## Collected data entries
*****

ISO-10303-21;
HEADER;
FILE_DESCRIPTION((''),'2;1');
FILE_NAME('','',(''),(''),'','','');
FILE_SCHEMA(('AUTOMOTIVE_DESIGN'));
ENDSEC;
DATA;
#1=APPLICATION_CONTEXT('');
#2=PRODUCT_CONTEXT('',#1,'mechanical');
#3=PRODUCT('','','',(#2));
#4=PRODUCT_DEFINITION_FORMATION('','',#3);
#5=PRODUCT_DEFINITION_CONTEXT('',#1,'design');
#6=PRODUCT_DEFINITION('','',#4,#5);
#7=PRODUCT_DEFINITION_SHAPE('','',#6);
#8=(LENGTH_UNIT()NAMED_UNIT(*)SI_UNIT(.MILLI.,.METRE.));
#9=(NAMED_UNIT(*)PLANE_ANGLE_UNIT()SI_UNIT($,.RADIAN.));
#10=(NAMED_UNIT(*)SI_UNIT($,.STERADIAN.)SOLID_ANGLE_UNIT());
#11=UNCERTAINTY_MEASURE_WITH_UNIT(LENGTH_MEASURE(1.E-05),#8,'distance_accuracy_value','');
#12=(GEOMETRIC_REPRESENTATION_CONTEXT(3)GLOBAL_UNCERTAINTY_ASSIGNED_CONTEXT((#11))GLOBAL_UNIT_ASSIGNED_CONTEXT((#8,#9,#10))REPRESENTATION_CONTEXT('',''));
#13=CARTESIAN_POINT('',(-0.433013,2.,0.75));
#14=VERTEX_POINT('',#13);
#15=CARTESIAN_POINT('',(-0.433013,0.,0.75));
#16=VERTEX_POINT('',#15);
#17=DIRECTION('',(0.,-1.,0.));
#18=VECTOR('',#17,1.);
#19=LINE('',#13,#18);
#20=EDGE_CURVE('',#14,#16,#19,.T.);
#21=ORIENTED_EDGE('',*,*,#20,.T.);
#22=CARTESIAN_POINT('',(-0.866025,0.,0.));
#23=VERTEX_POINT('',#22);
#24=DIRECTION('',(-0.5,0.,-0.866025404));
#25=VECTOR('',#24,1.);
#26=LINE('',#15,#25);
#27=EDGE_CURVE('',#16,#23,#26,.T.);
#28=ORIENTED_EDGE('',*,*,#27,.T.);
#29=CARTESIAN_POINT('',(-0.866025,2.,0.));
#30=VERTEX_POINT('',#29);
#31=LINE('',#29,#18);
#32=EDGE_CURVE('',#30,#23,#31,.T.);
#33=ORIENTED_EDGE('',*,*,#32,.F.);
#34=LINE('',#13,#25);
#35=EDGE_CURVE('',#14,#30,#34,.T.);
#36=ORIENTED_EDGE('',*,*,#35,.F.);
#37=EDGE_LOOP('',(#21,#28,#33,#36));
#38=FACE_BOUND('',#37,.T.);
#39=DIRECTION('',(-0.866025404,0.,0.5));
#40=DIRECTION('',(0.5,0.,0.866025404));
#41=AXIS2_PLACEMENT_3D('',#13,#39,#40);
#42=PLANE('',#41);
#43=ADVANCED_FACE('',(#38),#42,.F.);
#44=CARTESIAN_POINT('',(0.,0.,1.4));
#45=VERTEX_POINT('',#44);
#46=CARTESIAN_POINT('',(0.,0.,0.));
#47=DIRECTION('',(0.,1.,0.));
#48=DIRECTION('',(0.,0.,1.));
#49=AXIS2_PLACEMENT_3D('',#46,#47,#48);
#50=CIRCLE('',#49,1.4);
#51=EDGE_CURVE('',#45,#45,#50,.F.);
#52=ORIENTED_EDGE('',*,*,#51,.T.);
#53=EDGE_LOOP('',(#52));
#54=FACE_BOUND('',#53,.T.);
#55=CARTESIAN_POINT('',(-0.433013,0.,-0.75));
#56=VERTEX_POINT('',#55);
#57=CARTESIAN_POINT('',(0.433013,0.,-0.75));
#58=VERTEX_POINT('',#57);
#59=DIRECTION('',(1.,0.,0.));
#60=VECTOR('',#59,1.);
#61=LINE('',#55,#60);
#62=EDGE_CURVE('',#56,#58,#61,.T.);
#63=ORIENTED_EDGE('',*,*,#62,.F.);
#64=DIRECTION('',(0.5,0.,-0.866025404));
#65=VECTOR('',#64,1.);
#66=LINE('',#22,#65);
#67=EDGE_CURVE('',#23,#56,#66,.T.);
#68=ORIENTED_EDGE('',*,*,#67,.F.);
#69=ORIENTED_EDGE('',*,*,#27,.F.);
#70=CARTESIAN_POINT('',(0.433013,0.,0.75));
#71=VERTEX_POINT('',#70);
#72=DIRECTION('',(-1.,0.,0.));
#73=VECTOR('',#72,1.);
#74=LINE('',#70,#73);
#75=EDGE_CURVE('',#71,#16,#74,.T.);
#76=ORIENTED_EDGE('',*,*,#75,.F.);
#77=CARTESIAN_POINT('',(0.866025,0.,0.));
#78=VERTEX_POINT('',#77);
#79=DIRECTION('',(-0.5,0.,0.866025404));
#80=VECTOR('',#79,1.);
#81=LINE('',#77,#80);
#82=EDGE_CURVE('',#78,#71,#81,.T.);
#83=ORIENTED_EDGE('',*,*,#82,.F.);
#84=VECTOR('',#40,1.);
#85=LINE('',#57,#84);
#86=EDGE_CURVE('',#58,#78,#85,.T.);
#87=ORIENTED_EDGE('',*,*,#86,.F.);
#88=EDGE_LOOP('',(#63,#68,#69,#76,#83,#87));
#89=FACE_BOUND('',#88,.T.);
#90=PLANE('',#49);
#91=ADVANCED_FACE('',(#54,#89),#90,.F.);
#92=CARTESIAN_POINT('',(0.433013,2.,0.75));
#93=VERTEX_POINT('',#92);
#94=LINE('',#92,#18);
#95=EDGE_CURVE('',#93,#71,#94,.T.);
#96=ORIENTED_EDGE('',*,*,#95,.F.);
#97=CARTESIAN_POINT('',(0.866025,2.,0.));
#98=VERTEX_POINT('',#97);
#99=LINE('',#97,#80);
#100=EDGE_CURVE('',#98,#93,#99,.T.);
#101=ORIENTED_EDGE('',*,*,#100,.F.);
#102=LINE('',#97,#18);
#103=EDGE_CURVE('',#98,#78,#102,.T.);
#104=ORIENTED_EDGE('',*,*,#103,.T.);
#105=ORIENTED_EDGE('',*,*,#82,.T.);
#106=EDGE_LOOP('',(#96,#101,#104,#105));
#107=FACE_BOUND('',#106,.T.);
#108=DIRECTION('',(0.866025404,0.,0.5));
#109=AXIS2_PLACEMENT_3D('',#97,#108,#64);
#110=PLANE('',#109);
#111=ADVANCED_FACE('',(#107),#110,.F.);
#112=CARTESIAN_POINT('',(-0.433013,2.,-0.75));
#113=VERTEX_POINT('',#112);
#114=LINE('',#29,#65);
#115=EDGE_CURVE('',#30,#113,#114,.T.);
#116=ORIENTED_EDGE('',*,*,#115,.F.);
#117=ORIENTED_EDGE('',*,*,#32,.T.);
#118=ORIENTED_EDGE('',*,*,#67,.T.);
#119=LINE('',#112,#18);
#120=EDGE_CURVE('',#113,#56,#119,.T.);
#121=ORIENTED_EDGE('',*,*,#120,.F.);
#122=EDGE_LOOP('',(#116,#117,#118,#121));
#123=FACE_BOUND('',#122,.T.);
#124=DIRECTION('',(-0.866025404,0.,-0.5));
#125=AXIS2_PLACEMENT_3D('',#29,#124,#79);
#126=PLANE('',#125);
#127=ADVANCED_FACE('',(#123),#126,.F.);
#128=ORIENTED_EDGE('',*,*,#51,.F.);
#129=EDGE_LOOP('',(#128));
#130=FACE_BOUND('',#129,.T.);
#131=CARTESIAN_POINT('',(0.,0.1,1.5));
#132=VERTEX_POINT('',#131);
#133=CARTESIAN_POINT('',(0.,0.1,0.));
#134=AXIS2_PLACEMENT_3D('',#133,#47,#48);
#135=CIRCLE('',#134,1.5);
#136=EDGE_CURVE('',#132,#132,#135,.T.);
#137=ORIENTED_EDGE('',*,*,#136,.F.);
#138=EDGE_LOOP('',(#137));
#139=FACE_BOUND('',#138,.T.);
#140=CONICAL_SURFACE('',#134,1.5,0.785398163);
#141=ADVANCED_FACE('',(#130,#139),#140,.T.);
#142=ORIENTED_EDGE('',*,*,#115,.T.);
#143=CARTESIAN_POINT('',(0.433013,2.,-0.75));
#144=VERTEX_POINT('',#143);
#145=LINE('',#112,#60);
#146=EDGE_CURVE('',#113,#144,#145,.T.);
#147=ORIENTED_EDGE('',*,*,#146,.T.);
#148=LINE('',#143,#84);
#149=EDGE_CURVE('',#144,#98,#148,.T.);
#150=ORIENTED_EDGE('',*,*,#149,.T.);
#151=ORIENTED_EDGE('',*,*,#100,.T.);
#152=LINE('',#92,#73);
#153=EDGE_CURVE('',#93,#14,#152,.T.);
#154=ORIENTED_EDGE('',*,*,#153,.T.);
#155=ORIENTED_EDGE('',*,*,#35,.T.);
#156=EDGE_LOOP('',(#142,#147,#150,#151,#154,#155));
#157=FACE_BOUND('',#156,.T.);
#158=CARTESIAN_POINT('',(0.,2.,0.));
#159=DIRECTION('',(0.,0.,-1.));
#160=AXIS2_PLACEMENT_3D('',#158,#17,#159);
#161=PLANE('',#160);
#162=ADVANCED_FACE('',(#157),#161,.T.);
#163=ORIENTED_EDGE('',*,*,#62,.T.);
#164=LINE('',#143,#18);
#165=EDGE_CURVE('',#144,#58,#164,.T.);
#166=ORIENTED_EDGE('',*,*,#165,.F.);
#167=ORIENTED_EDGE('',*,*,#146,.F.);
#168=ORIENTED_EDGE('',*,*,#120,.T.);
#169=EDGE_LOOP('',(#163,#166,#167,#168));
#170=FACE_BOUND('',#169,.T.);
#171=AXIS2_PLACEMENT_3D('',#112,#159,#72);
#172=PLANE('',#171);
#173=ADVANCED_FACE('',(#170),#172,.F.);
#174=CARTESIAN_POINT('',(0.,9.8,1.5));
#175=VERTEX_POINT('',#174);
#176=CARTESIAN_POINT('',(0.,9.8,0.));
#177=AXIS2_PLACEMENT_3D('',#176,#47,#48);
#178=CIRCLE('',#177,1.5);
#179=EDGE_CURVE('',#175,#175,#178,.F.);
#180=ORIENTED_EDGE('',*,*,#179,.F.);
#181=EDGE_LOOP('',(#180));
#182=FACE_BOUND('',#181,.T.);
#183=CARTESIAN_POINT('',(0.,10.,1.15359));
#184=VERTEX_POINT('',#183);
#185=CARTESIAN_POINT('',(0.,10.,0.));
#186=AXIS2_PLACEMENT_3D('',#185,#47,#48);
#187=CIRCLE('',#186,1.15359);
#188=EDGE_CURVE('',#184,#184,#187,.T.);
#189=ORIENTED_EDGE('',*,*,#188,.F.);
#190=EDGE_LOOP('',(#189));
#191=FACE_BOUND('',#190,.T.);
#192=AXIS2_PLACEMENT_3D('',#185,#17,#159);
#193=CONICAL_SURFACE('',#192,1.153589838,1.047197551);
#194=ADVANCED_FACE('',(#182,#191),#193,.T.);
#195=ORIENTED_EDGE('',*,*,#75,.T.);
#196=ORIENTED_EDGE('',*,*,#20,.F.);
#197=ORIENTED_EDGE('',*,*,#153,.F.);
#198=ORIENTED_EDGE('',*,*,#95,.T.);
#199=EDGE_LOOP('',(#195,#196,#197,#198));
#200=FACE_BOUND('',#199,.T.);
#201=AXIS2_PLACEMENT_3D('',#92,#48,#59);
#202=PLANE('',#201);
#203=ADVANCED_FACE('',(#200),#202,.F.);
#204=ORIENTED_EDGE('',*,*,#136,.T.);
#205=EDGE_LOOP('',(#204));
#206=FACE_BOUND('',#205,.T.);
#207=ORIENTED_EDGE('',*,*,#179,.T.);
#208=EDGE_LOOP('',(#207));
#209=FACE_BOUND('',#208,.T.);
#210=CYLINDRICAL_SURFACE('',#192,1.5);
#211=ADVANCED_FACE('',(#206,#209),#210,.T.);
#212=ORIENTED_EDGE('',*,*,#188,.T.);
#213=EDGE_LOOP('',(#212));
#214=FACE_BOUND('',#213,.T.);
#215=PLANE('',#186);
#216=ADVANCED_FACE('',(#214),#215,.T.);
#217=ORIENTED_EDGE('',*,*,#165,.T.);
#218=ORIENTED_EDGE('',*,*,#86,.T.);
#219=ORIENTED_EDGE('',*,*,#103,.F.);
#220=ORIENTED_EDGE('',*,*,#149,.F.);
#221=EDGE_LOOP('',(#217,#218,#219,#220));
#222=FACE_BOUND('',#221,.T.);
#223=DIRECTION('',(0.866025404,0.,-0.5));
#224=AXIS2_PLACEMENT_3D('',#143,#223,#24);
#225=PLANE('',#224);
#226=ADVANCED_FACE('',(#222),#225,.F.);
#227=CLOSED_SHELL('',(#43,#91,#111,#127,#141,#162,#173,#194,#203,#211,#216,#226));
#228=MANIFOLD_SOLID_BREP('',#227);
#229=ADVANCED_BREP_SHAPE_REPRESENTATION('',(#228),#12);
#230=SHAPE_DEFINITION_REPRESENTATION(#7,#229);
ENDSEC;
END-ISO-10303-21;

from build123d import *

# Parameters (mm, degrees)
CROQUIS1_R              = 1.5
SALIENTE_EXTRUIR1_DEPTH = 10
CORTAR_EXTRUIR1_DEPTH   = 2
CHAFL_N2_SIZE           = 0.1
CHAFL_N3_SIZE           = 0.2
CHAFL_N3_SIZE2          = 0.346410162


with BuildPart() as part:
    # Croquis1 → Saliente-Extruir1 (new body)
    with BuildSketch(Plane(origin=(0, 0, 0), x_dir=(1, 0, 0), z_dir=(0, 1, 0))):
        Circle(CROQUIS1_R)
    extrude(amount=SALIENTE_EXTRUIR1_DEPTH)

    # Croquis2 → Cortar-Extruir1 (cut)
    with BuildSketch(Plane.XZ):
        Polygon((0.433012702, 0.75), (-0.433012702, 0.75), (-0.866025404, 0), (-0.433012702, -0.75), (0.433012702, -0.75), (0.866025404, 0), align=None)
    extrude(amount=-CORTAR_EXTRUIR1_DEPTH, mode=Mode.SUBTRACT)

    # Chaflán2
    chafl_n2_edges = [part.edges().sort_by_distance(p)[0] for p in [
        (-1.5, 0, 0),
    ]]
    chamfer(chafl_n2_edges, length=CHAFL_N2_SIZE)

    # Chaflán3
    chafl_n3_edges = [part.edges().sort_by_distance(p)[0] for p in [
        (-1.5, 10, 0),
    ]]
    chafl_n3_side = [part.faces().sort_by_distance(p)[0] for p in [
        (-1.5, 5.05, 0),
    ]]
    chamfer(chafl_n3_edges, length=CHAFL_N3_SIZE, length2=CHAFL_N3_SIZE2, reference=chafl_n3_side[0])


solid = part.part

*****

## What is being asked
Which lines above run from the one containing "#91=ADVANCED_FACE('',(#54,#89),#90,.F.);" down to the one containing "#104=ORIENTED_EDGE('',*,*,#103,.T.);"? Repeat exactly those, both ends included, and nothing else.

## Problem solution
#91=ADVANCED_FACE('',(#54,#89),#90,.F.);
#92=CARTESIAN_POINT('',(0.433013,2.,0.75));
#93=VERTEX_POINT('',#92);
#94=LINE('',#92,#18);
#95=EDGE_CURVE('',#93,#71,#94,.T.);
#96=ORIENTED_EDGE('',*,*,#95,.F.);
#97=CARTESIAN_POINT('',(0.866025,2.,0.));
#98=VERTEX_POINT('',#97);
#99=LINE('',#97,#80);
#100=EDGE_CURVE('',#98,#93,#99,.T.);
#101=ORIENTED_EDGE('',*,*,#100,.F.);
#102=LINE('',#97,#18);
#103=EDGE_CURVE('',#98,#78,#102,.T.);
#104=ORIENTED_EDGE('',*,*,#103,.T.);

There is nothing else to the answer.